> _HOW TO COMPLETE THIS TASK_
Take from the data every line in which the word "amount" is found.
========================================
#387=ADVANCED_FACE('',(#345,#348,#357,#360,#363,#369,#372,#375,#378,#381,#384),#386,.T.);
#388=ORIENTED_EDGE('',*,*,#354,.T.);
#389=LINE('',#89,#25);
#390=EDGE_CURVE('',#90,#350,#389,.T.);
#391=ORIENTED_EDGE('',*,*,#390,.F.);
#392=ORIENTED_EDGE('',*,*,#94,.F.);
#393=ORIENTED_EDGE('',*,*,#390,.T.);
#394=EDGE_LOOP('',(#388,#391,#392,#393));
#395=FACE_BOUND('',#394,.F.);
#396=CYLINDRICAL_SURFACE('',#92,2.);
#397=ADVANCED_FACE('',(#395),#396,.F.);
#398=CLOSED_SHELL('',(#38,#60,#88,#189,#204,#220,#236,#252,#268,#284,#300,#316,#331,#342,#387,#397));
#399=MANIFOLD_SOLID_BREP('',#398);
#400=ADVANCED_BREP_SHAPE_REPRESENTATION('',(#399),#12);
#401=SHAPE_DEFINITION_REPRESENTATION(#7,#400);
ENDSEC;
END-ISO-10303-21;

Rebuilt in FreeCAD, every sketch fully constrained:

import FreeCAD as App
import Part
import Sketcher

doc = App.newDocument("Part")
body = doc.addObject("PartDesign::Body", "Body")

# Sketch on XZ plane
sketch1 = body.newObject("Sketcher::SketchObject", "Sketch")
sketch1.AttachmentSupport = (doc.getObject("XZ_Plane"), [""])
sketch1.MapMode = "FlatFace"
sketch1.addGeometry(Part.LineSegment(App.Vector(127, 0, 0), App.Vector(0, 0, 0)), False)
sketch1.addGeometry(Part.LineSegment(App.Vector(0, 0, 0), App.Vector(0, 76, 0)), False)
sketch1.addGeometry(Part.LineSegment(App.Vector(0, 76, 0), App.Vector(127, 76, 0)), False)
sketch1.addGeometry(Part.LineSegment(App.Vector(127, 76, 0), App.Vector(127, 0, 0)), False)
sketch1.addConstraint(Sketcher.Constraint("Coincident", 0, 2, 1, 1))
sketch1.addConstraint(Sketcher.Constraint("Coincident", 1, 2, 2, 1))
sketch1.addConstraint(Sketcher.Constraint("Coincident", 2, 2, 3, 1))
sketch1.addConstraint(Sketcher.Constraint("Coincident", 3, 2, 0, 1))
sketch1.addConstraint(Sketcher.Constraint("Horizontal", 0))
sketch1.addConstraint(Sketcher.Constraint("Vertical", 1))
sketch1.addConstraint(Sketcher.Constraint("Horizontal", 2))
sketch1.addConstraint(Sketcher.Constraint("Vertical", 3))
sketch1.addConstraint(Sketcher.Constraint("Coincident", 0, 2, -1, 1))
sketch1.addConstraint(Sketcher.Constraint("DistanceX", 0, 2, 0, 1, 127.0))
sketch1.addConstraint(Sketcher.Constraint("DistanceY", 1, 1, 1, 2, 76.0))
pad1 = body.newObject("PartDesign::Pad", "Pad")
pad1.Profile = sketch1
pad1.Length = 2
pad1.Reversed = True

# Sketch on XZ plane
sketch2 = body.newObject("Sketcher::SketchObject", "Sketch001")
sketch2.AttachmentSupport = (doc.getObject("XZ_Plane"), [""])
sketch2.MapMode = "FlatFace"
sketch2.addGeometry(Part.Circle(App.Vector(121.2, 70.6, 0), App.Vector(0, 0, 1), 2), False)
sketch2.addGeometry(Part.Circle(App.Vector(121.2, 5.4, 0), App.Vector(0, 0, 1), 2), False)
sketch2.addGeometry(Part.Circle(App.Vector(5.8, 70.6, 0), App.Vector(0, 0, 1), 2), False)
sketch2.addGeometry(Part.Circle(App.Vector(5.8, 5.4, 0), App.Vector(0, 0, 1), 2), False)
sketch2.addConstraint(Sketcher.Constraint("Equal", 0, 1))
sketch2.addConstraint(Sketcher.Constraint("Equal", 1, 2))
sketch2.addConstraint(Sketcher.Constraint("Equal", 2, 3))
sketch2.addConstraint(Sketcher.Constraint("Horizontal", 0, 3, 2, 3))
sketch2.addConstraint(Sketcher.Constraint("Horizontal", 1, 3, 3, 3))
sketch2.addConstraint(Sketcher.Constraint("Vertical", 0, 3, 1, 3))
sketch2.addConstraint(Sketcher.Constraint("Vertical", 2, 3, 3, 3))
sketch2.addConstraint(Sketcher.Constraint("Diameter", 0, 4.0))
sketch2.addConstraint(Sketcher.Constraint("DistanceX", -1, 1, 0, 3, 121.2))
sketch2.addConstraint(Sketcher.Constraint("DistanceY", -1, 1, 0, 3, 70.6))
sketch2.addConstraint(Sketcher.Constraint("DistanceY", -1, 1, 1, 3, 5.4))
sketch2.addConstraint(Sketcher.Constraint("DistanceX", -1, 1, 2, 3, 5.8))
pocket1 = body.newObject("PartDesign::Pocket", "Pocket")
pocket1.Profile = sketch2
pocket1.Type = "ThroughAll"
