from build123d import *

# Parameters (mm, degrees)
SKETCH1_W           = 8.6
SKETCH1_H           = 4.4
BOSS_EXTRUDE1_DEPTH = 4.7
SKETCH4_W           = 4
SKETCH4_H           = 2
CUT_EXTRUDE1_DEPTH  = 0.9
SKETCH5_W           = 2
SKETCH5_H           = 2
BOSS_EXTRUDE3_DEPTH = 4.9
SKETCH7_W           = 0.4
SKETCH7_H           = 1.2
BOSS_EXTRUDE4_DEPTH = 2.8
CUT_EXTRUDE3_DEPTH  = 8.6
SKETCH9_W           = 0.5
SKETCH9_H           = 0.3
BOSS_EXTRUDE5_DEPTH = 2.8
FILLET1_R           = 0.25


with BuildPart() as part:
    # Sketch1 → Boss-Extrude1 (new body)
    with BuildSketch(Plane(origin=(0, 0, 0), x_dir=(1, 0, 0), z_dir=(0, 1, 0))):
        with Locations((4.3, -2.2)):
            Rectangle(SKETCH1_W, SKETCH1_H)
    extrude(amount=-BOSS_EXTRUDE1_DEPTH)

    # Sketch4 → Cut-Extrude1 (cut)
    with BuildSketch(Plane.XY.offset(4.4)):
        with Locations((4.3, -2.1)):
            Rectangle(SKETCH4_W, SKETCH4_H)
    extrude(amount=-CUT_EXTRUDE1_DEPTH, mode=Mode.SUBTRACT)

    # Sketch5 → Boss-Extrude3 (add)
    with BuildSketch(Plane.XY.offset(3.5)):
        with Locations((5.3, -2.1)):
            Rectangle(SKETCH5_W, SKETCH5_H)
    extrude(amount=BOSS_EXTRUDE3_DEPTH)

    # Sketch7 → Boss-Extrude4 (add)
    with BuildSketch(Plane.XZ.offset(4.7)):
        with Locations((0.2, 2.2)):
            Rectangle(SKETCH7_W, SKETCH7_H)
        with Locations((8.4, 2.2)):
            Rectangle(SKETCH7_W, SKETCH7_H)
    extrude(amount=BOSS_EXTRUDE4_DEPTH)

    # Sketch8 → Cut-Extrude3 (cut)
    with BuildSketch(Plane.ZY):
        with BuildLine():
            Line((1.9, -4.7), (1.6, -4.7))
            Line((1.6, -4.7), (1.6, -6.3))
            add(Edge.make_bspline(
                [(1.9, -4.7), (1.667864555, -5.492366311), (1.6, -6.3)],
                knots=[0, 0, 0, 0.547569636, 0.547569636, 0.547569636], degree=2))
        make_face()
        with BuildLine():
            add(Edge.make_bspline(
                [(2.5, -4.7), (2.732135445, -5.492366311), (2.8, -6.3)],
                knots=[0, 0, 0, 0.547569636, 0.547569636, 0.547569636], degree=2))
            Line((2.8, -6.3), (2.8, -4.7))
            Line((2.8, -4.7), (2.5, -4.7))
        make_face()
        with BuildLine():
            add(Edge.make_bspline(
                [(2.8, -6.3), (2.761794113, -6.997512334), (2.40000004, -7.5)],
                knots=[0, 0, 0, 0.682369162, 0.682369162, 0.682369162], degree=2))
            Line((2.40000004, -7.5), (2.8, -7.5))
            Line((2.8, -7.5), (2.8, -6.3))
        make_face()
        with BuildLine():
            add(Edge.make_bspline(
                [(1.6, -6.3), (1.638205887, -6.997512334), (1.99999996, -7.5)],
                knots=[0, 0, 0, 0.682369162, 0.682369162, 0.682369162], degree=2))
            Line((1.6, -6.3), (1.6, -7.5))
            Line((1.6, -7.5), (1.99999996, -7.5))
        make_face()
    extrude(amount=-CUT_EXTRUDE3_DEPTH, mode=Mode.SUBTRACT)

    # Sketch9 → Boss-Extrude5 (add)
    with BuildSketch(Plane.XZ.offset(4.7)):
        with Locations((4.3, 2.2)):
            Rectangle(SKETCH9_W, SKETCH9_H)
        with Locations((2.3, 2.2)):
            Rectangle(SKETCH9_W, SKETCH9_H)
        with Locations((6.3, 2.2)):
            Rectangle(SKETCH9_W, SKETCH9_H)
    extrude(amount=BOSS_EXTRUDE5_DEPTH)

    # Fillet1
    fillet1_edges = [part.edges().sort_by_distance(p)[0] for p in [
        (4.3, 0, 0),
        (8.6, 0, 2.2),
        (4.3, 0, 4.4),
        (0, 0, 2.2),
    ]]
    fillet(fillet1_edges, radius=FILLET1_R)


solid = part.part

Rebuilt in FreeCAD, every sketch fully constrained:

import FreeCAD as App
import Part
import Sketcher


def edges_at(feature, points):
    """Names of the edges that pass closest to the given points."""
    edges = feature.Shape.Edges
    near = lambda p: min(range(len(edges)), key=lambda i: edges[i].distToShape(Part.Vertex(*p))[0])
    return sorted({f"Edge{near(p) + 1}" for p in points})

doc = App.newDocument("Part")
body = doc.addObject("PartDesign::Body", "Body")

sketch1 = body.newObject("Sketcher::SketchObject", "Sketch")
sketch1.AttachmentSupport = (doc.getObject("XZ_Plane"), [""])
sketch1.MapMode = "FlatFace"
sketch1.addGeometry([
    Part.LineSegment(App.Vector(0, 0, 0), App.Vector(0, 4.4, 0)),
    Part.LineSegment(App.Vector(0, 4.4, 0), App.Vector(8.6, 4.4, 0)),
    Part.LineSegment(App.Vector(8.6, 4.4, 0), App.Vector(8.6, 0, 0)),
    Part.LineSegment(App.Vector(8.6, 0, 0), App.Vector(0, 0, 0)),
], False)
sketch1.addConstraint([
    Sketcher.Constraint("Coincident", 0, 2, 1, 1),
    Sketcher.Constraint("Coincident", 1, 2, 2, 1),
    Sketcher.Constraint("Coincident", 2, 2, 3, 1),
    Sketcher.Constraint("Coincident", 3, 2, 0, 1),
    Sketcher.Constraint("Vertical", 0),
    Sketcher.Constraint("Horizontal", 1),
    Sketcher.Constraint("Vertical", 2),
    Sketcher.Constraint("Horizontal", 3),
    Sketcher.Constraint("Coincident", 3, 2, -1, 1),
    Sketcher.Constraint("DistanceX", 1, 1, 1, 2, 8.6),
    Sketcher.Constraint("DistanceY", 0, 1, 0, 2, 4.4),
])
pad1 = body.newObject("PartDesign::Pad", "Pad")
pad1.Profile = sketch1
pad1.Length = 4.7

sketch2 = body.newObject("Sketcher::SketchObject", "Sketch001")
sketch2.AttachmentSupport = (doc.getObject("XY_Plane"), [""])
sketch2.MapMode = "FlatFace"
sketch2.AttachmentOffset = App.Placement(App.Vector(0, 0, 4.4), App.Rotation())
sketch2.addGeometry([
    Part.LineSegment(App.Vector(2.3, -1.1, 0), App.Vector(2.3, -3.1, 0)),
    Part.LineSegment(App.Vector(2.3, -3.1, 0), App.Vector(6.3, -3.1, 0)),
    Part.LineSegment(App.Vector(6.3, -3.1, 0), App.Vector(6.3, -1.1, 0)),
    Part.LineSegment(App.Vector(6.3, -1.1, 0), App.Vector(2.3, -1.1, 0)),
], False)
sketch2.addConstraint([
    Sketcher.Constraint("Coincident", 0, 2, 1, 1),
    Sketcher.Constraint("Coincident", 1, 2, 2, 1),
    Sketcher.Constraint("Coincident", 2, 2, 3, 1),
    Sketcher.Constraint("Coincident", 3, 2, 0, 1),
    Sketcher.Constraint("Vertical", 0),
    Sketcher.Constraint("Horizontal", 1),
    Sketcher.Constraint("Vertical", 2),
    Sketcher.Constraint("Horizontal", 3),
    Sketcher.Constraint("DistanceX", 1, 1, 1, 2, 4.0),
    Sketcher.Constraint("DistanceY", 0, 2, 0, 1, 2.0),
    Sketcher.Constraint("DistanceX", -1, 1, 0, 2, 2.3),
    Sketcher.Constraint("DistanceY", 0, 2, -1, 1, 3.1),
])
pocket1 = body.newObject("PartDesign::Pocket", "Pocket")
pocket1.Profile = sketch2
pocket1.Length = 0.9

sketch3 = body.newObject("Sketcher::SketchObject", "Sketch002")
sketch3.AttachmentSupport = (doc.getObject("XY_Plane"), [""])
sketch3.MapMode = "FlatFace"
sketch3.AttachmentOffset = App.Placement(App.Vector(0, 0, 3.5), App.Rotation())
sketch3.addGeometry([
    Part.LineSegment(App.Vector(4.3, -1.1, 0), App.Vector(4.3, -3.1, 0)),
    Part.LineSegment(App.Vector(4.3, -3.1, 0), App.Vector(6.3, -3.1, 0)),
    Part.LineSegment(App.Vector(6.3, -3.1, 0), App.Vector(6.3, -1.1, 0)),
    Part.LineSegment(App.Vector(6.3, -1.1, 0), App.Vector(4.3, -1.1, 0)),
], False)
sketch3.addConstraint([
    Sketcher.Constraint("Coincident", 0, 2, 1, 1),
    Sketcher.Constraint("Coincident", 1, 2, 2, 1),
    Sketcher.Constraint("Coincident", 2, 2, 3, 1),
    Sketcher.Constraint("Coincident", 3, 2, 0, 1),
    Sketcher.Constraint("Vertical", 0),
    Sketcher.Constraint("Horizontal", 1),
    Sketcher.Constraint("Vertical", 2),
    Sketcher.Constraint("Horizontal", 3),
    Sketcher.Constraint("Equal", 3, 0),
    Sketcher.Constraint("DistanceX", 1, 1, 1, 2, 2.0),
    Sketcher.Constraint("DistanceX", -1, 1, 0, 2, 4.3),
    Sketcher.Constraint("DistanceY", 0, 2, -1, 1, 3.1),
])
pad2 = body.newObject("PartDesign::Pad", "Pad001")
pad2.Profile = sketch3
pad2.Length = 4.9

sketch4 = body.newObject("Sketcher::SketchObject", "Sketch003")
sketch4.AttachmentSupport = (doc.getObject("XZ_Plane"), [""])
sketch4.MapMode = "FlatFace"
sketch4.AttachmentOffset = App.Placement(App.Vector(0, 0, 4.7), App.Rotation())
sketch4.addGeometry([
    Part.LineSegment(App.Vector(0, 2.8, 0), App.Vector(0, 1.6, 0)),
    Part.LineSegment(App.Vector(0, 1.6, 0), App.Vector(0.4, 1.6, 0)),
    Part.LineSegment(App.Vector(0.4, 1.6, 0), App.Vector(0.4, 2.8, 0)),
    Part.LineSegment(App.Vector(0.4, 2.8, 0), App.Vector(0, 2.8, 0)),
    Part.LineSegment(App.Vector(8.2, 2.8, 0), App.Vector(8.2, 1.6, 0)),
    Part.LineSegment(App.Vector(8.2, 1.6, 0), App.Vector(8.6, 1.6, 0)),
    Part.LineSegment(App.Vector(8.6, 1.6, 0), App.Vector(8.6, 2.8, 0)),
    Part.LineSegment(App.Vector(8.6, 2.8, 0), App.Vector(8.2, 2.8, 0)),
], False)
sketch4.addConstraint([
    Sketcher.Constraint("Coincident", 0, 2, 1, 1),
    Sketcher.Constraint("Coincident", 1, 2, 2, 1),
    Sketcher.Constraint("Coincident", 2, 2, 3, 1),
========================================
> _ANSWER SECTION_
    extrude(amount=-BOSS_EXTRUDE1_DEPTH)
    extrude(amount=-CUT_EXTRUDE1_DEPTH, mode=Mode.SUBTRACT)
    extrude(amount=BOSS_EXTRUDE3_DEPTH)
    extrude(amount=BOSS_EXTRUDE4_DEPTH)
    extrude(amount=-CUT_EXTRUDE3_DEPTH, mode=Mode.SUBTRACT)
    extrude(amount=BOSS_EXTRUDE5_DEPTH)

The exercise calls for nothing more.